A model this small (≈31k parameters, 28×28 inputs) measures the framework’s per-step pipeline cost — batch assembly, host↔device traffic, kernel launches, optimizer update — more than raw conv FLOPS. That is the regime real small-CNN workloads live in, and it is where a native C++ loop can beat the Python frameworks outright.
How OpenNN got here
The first run of this benchmark had OpenNN at 103k/132k samples/s — behind PyTorch at both sizes. Profiling (OPENNN_PROFILE=1) attributed the gap to three specific costs, each now fixed in the library:
- NHWC bias gradients.
cudnnConvolutionBackwardBiastook 2.2 ms/step on NHWC deltas — 69% of the whole backward pass, for a 16-float reduction. The bias gradient is now a cudnn-frontend reduction graph (~0.1 ms). - Legacy cuDNN v7 convolution API. The convolution forward/wgrad/dgrad now run through the cudnn-frontend graph API (the engine interface PyTorch uses), with conv + bias + ReLU fused into a single forward graph when the layer requests it. The v7 path is kept as an automatic fallback (
OPENNN_CONV_LEGACY=1forces it). - Host-side batch assembly. Each batch was assembled by re-reading the image cache (one
preadper image), casting, scaling, and copying to the GPU — 1.7 ms per 128-image batch, more than the GPU math it fed.ImageDatasetnow supports the library’s GPU-resident dataset mode (OPENNN_GPU_RESIDENT_DATA=1): the scaled pixels and one-hot targets are staged once and batches are gathered device-side, the same arrangement the PyTorch script uses. MNIST resident is 31 MB.

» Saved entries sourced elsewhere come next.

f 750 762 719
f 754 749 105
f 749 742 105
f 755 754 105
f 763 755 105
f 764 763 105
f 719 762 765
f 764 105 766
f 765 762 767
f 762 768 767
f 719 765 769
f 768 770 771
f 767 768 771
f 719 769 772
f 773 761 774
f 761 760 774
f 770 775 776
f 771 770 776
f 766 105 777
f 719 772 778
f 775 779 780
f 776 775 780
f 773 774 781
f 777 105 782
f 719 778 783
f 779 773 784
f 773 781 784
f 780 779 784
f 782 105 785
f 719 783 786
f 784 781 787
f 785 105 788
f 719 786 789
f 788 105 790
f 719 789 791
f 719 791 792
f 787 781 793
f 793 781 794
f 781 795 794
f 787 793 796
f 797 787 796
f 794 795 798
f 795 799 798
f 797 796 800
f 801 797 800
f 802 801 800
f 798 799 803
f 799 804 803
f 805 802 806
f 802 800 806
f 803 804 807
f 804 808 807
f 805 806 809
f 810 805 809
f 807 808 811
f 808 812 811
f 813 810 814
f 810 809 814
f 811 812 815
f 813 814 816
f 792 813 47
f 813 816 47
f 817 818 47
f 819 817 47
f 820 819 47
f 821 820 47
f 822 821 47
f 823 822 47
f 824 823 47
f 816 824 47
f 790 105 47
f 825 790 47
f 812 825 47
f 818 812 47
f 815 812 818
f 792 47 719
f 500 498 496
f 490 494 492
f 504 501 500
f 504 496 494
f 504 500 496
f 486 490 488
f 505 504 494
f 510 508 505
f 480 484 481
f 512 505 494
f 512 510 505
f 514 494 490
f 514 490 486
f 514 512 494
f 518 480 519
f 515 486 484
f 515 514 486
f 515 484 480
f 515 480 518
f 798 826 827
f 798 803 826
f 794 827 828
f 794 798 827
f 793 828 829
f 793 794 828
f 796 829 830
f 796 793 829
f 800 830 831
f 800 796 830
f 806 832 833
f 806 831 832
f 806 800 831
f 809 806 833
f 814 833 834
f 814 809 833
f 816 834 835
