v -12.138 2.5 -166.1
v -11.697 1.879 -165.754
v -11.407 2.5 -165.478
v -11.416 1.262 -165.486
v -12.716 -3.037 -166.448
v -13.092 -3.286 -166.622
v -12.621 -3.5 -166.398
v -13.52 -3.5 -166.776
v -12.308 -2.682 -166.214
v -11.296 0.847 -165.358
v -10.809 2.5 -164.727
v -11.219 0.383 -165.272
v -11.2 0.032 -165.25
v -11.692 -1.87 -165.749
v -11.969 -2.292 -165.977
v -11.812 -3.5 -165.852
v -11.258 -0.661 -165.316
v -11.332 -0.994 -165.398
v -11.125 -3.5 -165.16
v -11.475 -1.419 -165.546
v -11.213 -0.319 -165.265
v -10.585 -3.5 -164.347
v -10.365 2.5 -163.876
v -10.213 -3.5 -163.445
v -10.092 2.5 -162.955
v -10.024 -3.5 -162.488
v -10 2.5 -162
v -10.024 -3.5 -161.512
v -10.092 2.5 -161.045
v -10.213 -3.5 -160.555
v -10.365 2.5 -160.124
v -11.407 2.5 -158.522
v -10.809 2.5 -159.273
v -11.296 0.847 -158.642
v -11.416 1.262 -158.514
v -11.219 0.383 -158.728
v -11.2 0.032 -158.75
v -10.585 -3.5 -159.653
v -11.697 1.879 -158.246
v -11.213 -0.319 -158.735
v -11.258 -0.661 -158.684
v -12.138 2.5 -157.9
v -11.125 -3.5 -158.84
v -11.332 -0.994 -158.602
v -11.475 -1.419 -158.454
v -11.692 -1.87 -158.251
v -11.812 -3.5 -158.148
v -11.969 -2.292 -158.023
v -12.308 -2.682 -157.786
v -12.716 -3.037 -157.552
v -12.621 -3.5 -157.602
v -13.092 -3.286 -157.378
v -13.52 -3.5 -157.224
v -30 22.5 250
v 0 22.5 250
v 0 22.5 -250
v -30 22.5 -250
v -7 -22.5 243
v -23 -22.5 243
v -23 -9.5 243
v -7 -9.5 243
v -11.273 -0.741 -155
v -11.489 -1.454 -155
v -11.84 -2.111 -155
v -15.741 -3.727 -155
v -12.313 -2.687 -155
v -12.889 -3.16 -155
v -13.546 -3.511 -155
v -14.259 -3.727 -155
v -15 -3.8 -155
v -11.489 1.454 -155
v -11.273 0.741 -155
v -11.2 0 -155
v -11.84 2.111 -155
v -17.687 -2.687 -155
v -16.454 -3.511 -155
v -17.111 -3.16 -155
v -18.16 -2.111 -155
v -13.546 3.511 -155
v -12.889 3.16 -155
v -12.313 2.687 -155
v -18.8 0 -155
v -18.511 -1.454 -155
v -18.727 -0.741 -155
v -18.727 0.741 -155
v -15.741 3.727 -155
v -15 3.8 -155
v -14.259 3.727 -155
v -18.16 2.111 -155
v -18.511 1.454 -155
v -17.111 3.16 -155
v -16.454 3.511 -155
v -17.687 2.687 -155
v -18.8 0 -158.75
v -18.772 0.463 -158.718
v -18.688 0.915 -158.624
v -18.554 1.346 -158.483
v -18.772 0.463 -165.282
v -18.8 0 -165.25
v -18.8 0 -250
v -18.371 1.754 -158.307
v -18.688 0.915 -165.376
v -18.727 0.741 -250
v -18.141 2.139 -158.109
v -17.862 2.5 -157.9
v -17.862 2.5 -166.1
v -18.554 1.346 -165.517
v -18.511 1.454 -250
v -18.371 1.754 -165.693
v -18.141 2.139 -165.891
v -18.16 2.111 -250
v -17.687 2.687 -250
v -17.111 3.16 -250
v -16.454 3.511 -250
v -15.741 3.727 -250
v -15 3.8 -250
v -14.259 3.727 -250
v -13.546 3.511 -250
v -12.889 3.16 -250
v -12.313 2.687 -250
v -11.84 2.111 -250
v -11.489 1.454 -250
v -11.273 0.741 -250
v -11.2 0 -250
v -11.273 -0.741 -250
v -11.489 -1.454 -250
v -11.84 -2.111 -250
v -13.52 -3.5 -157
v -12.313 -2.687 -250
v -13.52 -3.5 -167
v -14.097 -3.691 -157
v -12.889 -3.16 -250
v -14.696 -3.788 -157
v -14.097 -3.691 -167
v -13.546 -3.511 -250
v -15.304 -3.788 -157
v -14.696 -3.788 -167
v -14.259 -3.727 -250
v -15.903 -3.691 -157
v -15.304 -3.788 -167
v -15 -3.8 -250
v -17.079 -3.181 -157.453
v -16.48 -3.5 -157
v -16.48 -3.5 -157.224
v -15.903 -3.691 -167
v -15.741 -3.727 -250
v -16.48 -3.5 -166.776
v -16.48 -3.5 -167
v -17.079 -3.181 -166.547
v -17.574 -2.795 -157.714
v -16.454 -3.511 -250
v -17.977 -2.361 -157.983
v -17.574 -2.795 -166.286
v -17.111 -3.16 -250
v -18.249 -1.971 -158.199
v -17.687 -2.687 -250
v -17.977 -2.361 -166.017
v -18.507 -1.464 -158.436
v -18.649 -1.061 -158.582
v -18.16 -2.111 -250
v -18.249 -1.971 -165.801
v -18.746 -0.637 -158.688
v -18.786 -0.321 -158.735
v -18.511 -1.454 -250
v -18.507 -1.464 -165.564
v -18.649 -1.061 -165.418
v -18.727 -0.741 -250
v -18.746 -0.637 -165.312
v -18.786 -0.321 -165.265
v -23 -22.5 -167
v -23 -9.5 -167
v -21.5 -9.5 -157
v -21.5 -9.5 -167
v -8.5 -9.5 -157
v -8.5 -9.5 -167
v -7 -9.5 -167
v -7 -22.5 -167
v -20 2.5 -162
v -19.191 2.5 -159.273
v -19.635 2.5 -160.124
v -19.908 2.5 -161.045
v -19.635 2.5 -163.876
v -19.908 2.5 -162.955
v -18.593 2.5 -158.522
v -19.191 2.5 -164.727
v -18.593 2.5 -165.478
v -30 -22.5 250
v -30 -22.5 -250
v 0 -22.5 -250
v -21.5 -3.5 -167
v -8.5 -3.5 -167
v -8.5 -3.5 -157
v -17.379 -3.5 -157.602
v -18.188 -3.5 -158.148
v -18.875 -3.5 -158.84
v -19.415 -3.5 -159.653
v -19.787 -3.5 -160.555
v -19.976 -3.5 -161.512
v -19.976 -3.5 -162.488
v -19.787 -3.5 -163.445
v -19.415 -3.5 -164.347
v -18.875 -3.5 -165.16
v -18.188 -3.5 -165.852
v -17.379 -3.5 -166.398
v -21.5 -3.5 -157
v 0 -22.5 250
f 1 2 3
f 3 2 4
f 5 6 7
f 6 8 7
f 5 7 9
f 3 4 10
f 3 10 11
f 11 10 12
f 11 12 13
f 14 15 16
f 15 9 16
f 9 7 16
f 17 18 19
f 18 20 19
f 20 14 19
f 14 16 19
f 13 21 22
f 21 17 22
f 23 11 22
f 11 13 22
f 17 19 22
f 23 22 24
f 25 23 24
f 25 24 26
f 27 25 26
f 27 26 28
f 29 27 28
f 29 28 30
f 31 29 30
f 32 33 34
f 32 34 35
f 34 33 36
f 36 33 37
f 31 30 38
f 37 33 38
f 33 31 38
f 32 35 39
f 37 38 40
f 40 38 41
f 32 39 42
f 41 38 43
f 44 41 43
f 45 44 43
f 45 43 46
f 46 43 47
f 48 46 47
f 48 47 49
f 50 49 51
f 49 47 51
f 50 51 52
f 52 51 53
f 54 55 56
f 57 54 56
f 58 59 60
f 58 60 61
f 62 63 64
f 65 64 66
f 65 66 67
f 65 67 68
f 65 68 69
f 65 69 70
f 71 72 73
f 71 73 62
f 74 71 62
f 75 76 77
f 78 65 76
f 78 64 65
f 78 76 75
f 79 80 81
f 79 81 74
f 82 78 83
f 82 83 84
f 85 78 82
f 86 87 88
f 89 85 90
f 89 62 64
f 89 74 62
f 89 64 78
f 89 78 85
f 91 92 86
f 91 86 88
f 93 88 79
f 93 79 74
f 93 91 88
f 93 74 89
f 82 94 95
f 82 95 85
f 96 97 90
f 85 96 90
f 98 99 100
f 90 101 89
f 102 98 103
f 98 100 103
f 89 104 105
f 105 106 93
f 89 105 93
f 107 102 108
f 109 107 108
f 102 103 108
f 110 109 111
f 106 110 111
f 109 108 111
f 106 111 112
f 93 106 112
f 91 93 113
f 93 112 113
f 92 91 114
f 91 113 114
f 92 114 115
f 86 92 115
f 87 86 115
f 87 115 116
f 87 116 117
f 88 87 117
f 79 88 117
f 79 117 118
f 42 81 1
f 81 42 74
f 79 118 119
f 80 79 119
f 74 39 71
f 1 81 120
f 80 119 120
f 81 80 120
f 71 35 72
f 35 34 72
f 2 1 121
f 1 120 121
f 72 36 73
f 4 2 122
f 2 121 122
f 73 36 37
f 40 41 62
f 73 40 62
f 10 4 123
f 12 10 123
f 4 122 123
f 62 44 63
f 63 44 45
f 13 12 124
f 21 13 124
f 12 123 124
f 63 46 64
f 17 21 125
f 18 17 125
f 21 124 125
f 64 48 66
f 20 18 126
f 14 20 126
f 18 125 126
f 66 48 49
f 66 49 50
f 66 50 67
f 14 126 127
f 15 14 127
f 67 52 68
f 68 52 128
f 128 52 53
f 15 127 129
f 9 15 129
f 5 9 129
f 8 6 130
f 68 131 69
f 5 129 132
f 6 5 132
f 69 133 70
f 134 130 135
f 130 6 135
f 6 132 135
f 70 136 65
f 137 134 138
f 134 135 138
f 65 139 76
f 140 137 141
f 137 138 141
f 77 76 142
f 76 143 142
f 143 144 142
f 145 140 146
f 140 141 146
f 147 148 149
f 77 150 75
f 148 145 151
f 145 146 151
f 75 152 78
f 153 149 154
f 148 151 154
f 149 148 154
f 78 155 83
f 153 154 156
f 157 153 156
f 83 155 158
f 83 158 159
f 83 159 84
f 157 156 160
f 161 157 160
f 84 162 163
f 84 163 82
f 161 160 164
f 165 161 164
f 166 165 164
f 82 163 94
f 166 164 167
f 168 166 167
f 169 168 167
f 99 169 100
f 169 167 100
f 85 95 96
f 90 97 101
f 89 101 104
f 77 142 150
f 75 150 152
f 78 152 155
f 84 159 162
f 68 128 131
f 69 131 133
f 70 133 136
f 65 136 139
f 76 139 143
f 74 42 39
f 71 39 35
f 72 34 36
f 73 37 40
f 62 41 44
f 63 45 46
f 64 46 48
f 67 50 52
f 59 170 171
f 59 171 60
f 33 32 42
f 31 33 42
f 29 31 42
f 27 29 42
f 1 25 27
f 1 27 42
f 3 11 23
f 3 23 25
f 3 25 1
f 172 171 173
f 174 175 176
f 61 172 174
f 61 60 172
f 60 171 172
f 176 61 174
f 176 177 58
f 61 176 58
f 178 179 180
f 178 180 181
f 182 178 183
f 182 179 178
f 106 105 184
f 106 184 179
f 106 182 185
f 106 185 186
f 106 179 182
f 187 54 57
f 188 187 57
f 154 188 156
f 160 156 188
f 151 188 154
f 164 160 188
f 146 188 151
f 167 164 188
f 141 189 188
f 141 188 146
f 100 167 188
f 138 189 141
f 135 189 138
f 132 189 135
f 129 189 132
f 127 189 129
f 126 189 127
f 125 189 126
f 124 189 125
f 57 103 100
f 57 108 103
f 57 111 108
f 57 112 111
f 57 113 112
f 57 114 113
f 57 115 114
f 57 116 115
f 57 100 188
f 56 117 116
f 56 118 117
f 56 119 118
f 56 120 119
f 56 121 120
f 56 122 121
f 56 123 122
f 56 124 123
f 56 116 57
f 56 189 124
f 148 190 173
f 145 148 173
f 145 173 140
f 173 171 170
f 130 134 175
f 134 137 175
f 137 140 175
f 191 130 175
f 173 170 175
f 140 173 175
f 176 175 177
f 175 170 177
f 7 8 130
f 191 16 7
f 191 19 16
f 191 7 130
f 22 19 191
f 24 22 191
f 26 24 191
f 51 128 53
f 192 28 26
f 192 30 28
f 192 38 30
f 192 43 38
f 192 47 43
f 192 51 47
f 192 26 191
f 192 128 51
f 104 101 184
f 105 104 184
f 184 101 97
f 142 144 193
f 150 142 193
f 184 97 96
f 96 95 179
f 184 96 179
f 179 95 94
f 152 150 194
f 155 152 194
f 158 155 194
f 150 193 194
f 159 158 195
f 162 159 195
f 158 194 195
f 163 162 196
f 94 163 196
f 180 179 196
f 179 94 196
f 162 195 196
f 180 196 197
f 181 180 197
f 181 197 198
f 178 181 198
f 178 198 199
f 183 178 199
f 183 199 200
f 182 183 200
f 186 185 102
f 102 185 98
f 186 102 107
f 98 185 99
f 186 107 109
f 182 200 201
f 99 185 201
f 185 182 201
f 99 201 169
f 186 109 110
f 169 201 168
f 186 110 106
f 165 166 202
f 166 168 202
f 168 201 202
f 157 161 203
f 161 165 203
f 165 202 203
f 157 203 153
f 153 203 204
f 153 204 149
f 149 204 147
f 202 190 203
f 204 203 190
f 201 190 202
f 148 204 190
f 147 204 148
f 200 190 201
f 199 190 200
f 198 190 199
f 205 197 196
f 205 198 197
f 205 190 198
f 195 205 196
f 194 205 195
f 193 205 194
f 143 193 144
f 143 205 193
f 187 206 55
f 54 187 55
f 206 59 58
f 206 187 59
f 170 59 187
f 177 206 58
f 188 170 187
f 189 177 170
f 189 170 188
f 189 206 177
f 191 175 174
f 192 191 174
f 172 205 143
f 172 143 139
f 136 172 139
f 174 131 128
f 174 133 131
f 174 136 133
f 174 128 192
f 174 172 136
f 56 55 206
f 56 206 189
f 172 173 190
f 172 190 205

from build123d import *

# Parameters (mm, degrees)
SKETCH1_W           = 500
SKETCH1_H           = 45
BOSS_EXTRUDE1_DEPTH = 30
SKETCH2_W           = 16
SKETCH2_H           = 410
CUT_EXTRUDE1_DEPTH  = 13
SKETCH3_R           = 3.8
CUT_EXTRUDE2_DEPTH  = 95
SKETCH4_R           = 5
CUT_EXTRUDE3_DEPTH  = 12
SKETCH5_W           = 13
SKETCH5_H           = 10
CUT_EXTRUDE4_DEPTH  = 6


with BuildPart() as part:
    # Sketch1 → Boss-Extrude1 (new body)
    with BuildSketch(Plane(origin=(0, 0, 0), x_dir=(0, 0, -1), z_dir=(1, 0, 0))):
        Rectangle(SKETCH1_W, SKETCH1_H)
    extrude(amount=-BOSS_EXTRUDE1_DEPTH)

    # Sketch2 → Cut-Extrude1 (cut)
    with BuildSketch(Plane.XZ.offset(22.5)):
        with Locations((-15, 38)):
            Rectangle(SKETCH2_W, SKETCH2_H)
    extrude(amount=-CUT_EXTRUDE1_DEPTH, mode=Mode.SUBTRACT)

    # Sketch3 → Cut-Extrude2 (cut)
    with BuildSketch(Plane(origin=(0, 0, -250), x_dir=(-1, 0, 0), z_dir=(0, 0, -1))):
        with Locations((15, 0)):
            Circle(SKETCH3_R)
    extrude(amount=-CUT_EXTRUDE2_DEPTH, mode=Mode.SUBTRACT)

    # Sketch4 → Cut-Extrude3 (cut)
    with BuildSketch(Plane.XZ.offset(9.5)):
        with Locations(Location((-15, -162, 0), (0, 0, 270))):
            Circle(SKETCH4_R)
    extrude(amount=-CUT_EXTRUDE3_DEPTH, mode=Mode.SUBTRACT)

    # Sketch5 → Cut-Extrude4 (cut)
    with BuildSketch(Plane.XZ.offset(9.5)):
        with Locations((-15, -162)):
            Rectangle(SKETCH5_W, SKETCH5_H)
    extrude(amount=-CUT_EXTRUDE4_DEPTH, mode=Mode.SUBTRACT)


solid = part.part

With those fixed, the per-step pipeline that remains (native loop, device gather, cuDNN engines, fused Adam) is simply leaner than eager PyTorch’s Python dispatch — which is the whole-step overhead this benchmark measures.
Setup
Identical in all three frameworks:
| Value | |
|---|---|
| Data | the repo’s MNIST subset: 10,000 BMPs, 28×28×1, 10 classes (examples/mnist/data) |
| Network | Conv 16@3×3 (stride 1, Same, ReLU) → MaxPool 2×2 (stride 2) → Flatten → Dense 10 (softmax) |
| Loss / optimizer | cross-entropy, Adam (lr 0.001), no regularization |
| Pixels | scaled to [0, 1] once before the timed loop |
| Data residency | GPU-resident for OpenNN and PyTorch; TensorFlow streams from host NumPy via fit |
| Protocol | shuffled epochs, 2 warmup epochs (cuDNN autotune, allocator), 40 timed epochs |
| Precision | fp32 end-to-end, each framework’s default TF32 policy |
| Metric | OpenNN: mean epoch time over the timed run; PyTorch/TensorFlow: median epoch time |
Hardware/software: NVIDIA GeForce RTX 3060 Laptop GPU (driver 555.85) under WSL2 Ubuntu 24.04 on Windows 11 (i7-12700H). OpenNN built with g++ 13.3 + CUDA 12.9.86 + cuDNN 9.23; PyTorch 2.6.0 (cu124 wheels), TensorFlow 2.21.0 on CPython 3.12. The Windows driver caps the stack at the CUDA 12.x line; newer 12.x runtimes work through CUDA minor-version compatibility.
Caveats
- Single consumer laptop GPU; ratios will differ on datacenter parts and at other model sizes.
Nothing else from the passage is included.